START DATASET ENTRIES

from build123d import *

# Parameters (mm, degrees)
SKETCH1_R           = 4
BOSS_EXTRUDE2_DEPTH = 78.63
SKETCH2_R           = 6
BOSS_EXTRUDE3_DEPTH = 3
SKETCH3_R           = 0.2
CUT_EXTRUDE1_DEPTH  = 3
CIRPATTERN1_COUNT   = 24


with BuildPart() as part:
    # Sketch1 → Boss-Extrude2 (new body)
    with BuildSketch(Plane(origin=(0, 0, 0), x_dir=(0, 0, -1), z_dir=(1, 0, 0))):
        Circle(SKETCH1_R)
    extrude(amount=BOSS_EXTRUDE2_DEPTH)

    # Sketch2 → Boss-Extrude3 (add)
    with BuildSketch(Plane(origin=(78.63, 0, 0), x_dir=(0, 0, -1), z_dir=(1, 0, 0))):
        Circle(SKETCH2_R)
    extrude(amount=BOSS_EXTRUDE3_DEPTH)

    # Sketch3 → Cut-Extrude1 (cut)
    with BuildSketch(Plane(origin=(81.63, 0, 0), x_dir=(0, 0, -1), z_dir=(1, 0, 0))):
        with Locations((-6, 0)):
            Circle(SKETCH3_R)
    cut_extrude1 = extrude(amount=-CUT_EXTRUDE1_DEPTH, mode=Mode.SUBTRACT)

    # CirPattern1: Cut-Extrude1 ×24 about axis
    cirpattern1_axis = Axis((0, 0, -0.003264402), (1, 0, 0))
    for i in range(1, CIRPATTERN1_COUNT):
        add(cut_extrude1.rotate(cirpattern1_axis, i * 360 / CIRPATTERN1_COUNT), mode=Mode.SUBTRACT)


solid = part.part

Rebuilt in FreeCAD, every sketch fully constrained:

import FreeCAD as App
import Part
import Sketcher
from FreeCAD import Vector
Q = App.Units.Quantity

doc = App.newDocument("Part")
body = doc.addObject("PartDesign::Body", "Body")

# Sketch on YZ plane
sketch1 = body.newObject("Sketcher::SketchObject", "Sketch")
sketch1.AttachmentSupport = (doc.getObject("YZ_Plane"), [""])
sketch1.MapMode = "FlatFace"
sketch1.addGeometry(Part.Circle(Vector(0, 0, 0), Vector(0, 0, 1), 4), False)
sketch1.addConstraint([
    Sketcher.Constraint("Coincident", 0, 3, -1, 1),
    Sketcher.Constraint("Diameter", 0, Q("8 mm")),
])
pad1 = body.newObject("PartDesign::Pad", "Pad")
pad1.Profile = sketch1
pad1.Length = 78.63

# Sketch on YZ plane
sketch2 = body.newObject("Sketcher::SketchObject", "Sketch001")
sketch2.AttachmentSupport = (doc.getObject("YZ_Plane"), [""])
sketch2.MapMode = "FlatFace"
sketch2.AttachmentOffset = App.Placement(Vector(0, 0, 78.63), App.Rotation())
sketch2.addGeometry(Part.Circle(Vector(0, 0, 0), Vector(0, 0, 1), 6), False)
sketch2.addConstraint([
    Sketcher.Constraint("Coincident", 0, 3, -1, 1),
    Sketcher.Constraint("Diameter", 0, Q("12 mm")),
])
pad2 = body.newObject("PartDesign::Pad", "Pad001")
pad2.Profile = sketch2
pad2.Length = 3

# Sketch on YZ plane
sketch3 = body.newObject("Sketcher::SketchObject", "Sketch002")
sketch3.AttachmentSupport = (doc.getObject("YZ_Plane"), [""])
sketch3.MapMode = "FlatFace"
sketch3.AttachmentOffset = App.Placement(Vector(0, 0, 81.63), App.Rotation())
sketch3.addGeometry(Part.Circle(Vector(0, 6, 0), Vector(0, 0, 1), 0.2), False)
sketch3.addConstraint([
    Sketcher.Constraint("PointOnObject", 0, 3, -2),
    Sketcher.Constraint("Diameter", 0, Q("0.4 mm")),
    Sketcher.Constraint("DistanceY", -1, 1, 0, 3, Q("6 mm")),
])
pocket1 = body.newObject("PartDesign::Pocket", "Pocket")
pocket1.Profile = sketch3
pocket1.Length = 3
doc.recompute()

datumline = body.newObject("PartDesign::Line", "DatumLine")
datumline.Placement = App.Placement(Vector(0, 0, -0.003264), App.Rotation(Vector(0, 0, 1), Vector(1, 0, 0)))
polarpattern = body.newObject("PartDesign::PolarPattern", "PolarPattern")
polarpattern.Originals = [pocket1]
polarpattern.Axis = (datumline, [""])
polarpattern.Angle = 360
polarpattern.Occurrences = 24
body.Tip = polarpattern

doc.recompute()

END DATASET ENTRIES
START DATASET ENTRIES

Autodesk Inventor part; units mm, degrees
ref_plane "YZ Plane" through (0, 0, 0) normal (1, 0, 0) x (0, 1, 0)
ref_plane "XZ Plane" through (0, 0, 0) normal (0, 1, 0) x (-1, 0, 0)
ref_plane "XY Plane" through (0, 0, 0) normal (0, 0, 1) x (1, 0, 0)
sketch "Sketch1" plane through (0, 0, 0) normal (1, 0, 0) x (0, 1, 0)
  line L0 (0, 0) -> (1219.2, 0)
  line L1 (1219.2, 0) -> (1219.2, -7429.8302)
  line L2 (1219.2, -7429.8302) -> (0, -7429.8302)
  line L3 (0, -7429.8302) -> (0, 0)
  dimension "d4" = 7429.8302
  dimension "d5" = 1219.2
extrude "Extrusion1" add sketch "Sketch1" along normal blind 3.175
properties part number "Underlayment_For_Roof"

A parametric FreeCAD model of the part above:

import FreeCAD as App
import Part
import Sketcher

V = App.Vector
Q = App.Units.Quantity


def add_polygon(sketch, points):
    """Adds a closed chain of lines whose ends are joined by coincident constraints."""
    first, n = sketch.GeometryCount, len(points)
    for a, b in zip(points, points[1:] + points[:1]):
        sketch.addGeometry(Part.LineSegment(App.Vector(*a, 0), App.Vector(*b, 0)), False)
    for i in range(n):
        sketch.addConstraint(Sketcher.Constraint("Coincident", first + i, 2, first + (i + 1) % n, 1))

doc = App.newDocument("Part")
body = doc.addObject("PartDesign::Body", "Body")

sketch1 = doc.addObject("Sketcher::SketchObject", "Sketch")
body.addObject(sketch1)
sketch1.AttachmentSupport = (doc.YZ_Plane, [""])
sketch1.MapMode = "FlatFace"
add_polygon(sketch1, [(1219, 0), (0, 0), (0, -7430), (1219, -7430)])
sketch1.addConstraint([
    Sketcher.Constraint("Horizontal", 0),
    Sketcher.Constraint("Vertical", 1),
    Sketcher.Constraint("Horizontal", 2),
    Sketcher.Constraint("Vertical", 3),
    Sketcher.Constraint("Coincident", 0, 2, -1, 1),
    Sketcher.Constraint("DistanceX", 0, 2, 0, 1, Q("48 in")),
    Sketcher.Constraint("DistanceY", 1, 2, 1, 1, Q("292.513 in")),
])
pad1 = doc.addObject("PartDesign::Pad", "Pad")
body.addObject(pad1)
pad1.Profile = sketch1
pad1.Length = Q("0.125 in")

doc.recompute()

END DATASET ENTRIES

• _WORK INSTRUCTION_:
Go through the listing above. Show each line where the word "BuildSketch" is found.

• _EXERCISE ANSWER_:
    with BuildSketch(Plane(origin=(0, 0, 0), x_dir=(0, 0, -1), z_dir=(1, 0, 0))):
    with BuildSketch(Plane(origin=(78.63, 0, 0), x_dir=(0, 0, -1), z_dir=(1, 0, 0))):
    with BuildSketch(Plane(origin=(81.63, 0, 0), x_dir=(0, 0, -1), z_dir=(1, 0, 0))):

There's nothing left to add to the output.